▶ _DIRECTIONS FOR THIS TASK_
After locating the line that contains "v -0.089 0.751 8.406" in the data below, set down exactly that line and each one after it through the line that contains "v -17.422 2.479 17.613", and nothing more.

Dataset entries
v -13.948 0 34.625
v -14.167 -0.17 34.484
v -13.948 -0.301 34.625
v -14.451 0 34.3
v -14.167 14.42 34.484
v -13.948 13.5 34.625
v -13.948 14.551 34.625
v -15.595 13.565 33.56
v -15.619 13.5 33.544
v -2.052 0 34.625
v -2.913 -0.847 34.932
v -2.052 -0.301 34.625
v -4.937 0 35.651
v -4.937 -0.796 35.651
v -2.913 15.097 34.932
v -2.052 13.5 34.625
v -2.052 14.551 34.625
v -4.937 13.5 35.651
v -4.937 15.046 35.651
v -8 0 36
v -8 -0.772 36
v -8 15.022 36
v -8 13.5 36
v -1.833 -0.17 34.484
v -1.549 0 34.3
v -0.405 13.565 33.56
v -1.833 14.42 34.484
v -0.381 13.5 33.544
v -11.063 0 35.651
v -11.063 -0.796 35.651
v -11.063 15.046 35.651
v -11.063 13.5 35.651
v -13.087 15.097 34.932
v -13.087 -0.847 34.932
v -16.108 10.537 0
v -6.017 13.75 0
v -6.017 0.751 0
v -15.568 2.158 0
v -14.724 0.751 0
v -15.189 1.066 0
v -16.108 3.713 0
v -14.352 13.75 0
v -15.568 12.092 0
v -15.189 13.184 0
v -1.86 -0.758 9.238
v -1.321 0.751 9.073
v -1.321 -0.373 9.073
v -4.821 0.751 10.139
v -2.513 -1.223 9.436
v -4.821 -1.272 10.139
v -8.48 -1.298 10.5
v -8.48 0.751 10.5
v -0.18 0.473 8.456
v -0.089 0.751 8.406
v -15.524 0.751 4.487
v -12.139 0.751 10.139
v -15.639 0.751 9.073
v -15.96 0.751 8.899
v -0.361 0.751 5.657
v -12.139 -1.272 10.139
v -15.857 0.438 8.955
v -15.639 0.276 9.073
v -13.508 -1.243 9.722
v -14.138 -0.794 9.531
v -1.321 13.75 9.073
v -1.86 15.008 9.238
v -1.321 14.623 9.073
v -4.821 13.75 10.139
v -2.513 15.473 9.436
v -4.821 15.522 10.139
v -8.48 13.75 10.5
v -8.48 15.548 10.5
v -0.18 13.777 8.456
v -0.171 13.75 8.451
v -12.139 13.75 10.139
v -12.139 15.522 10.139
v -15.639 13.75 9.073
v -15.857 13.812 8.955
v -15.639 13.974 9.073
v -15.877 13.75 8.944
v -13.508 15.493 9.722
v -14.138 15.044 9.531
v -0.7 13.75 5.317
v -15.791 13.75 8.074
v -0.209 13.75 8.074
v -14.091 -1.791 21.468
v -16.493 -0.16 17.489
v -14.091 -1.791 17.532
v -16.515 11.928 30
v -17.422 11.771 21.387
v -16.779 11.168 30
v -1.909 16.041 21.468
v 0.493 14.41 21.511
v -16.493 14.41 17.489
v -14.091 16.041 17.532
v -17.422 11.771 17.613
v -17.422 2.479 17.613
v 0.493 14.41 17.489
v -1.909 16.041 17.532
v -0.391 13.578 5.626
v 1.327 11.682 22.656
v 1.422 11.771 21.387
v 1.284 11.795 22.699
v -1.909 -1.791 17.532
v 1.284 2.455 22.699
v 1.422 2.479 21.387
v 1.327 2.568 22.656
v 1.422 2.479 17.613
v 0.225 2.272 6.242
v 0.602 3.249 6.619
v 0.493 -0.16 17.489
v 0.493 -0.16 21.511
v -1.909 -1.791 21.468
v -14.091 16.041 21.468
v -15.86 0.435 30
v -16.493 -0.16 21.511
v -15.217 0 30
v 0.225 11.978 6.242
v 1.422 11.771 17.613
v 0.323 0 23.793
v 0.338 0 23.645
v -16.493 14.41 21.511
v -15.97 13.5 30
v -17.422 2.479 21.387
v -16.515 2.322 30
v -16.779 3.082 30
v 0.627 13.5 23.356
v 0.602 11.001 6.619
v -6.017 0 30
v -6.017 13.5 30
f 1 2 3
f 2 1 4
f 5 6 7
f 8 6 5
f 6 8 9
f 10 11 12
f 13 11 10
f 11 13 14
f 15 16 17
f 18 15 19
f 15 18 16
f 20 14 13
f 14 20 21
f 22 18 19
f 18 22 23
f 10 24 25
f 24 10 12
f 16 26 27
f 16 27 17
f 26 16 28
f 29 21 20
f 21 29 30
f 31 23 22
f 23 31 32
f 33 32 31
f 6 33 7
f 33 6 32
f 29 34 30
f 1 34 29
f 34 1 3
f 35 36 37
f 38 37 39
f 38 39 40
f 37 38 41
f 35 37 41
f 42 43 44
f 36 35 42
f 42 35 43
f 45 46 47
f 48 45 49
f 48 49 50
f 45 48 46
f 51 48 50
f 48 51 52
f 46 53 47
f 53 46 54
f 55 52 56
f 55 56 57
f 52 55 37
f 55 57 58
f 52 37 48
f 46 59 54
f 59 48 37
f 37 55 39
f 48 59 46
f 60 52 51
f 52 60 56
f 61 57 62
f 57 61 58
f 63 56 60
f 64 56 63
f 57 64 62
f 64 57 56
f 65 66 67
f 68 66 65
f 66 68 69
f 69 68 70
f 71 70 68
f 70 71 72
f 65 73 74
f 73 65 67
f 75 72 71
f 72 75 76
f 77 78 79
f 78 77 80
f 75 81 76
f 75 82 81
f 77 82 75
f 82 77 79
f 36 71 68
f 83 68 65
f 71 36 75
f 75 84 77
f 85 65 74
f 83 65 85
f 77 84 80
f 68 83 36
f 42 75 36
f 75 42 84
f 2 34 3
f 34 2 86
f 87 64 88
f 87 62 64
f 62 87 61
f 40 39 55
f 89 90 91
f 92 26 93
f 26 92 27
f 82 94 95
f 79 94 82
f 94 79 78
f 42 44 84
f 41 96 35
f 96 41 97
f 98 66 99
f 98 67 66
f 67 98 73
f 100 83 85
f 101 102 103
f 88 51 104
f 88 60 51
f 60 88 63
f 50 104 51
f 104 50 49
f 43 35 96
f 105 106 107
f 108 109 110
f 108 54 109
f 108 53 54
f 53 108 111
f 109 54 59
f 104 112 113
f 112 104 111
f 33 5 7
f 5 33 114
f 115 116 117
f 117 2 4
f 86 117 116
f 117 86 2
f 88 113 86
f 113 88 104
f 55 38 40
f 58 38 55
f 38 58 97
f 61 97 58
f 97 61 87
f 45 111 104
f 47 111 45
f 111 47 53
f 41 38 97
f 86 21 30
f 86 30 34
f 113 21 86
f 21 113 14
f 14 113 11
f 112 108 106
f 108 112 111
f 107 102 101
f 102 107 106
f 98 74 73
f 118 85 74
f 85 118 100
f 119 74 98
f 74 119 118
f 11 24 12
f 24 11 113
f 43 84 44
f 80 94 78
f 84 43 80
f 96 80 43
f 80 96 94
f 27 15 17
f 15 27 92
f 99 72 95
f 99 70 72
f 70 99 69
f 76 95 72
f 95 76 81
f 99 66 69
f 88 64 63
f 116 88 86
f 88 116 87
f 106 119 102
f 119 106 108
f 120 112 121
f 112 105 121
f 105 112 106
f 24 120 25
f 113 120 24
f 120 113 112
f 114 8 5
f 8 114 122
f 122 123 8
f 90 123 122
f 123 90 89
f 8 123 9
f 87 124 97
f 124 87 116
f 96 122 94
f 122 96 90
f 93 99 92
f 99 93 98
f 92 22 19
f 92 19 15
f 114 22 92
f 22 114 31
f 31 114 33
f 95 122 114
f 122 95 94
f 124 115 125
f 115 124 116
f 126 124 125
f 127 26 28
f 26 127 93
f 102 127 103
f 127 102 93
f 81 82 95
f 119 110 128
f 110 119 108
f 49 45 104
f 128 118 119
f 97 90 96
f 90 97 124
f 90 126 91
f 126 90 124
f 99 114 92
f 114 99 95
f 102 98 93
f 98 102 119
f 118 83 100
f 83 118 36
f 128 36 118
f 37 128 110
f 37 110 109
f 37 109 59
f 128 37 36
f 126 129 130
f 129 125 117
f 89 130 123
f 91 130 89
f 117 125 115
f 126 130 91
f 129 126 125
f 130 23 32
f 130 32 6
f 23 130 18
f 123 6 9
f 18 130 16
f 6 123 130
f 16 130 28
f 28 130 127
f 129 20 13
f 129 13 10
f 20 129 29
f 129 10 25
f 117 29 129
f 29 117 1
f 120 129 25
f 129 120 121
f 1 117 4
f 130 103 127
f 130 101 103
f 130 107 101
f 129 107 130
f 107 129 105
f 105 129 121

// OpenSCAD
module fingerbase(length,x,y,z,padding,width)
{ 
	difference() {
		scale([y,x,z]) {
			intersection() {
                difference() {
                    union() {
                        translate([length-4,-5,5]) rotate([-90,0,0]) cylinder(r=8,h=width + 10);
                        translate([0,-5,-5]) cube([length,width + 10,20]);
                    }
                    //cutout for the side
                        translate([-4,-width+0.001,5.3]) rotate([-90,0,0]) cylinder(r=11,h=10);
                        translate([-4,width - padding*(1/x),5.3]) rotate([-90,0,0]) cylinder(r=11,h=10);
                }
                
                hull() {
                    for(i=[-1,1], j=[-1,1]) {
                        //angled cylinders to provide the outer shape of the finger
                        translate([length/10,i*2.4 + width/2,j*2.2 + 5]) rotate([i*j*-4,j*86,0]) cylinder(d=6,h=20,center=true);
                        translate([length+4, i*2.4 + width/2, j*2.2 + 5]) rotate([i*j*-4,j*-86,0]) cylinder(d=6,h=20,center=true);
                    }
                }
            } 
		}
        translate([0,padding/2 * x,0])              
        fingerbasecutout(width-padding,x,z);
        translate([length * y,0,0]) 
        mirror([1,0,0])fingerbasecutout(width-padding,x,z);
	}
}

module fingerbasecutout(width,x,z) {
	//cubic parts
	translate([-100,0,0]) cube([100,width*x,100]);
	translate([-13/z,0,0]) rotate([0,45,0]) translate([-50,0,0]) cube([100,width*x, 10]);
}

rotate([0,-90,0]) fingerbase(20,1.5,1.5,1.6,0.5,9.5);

▶ _WRITTEN SOLUTION_
v -0.089 0.751 8.406
v -15.524 0.751 4.487
v -12.139 0.751 10.139
v -15.639 0.751 9.073
v -15.96 0.751 8.899
v -0.361 0.751 5.657
v -12.139 -1.272 10.139
v -15.857 0.438 8.955
v -15.639 0.276 9.073
v -13.508 -1.243 9.722
v -14.138 -0.794 9.531
v -1.321 13.75 9.073
v -1.86 15.008 9.238
v -1.321 14.623 9.073
v -4.821 13.75 10.139
v -2.513 15.473 9.436
v -4.821 15.522 10.139
v -8.48 13.75 10.5
v -8.48 15.548 10.5
v -0.18 13.777 8.456
v -0.171 13.75 8.451
v -12.139 13.75 10.139
v -12.139 15.522 10.139
v -15.639 13.75 9.073
v -15.857 13.812 8.955
v -15.639 13.974 9.073
v -15.877 13.75 8.944
v -13.508 15.493 9.722
v -14.138 15.044 9.531
v -0.7 13.75 5.317
v -15.791 13.75 8.074
v -0.209 13.75 8.074
v -14.091 -1.791 21.468
v -16.493 -0.16 17.489
v -14.091 -1.791 17.532
v -16.515 11.928 30
v -17.422 11.771 21.387
v -16.779 11.168 30
v -1.909 16.041 21.468
v 0.493 14.41 21.511
v -16.493 14.41 17.489
v -14.091 16.041 17.532
v -17.422 11.771 17.613
v -17.422 2.479 17.613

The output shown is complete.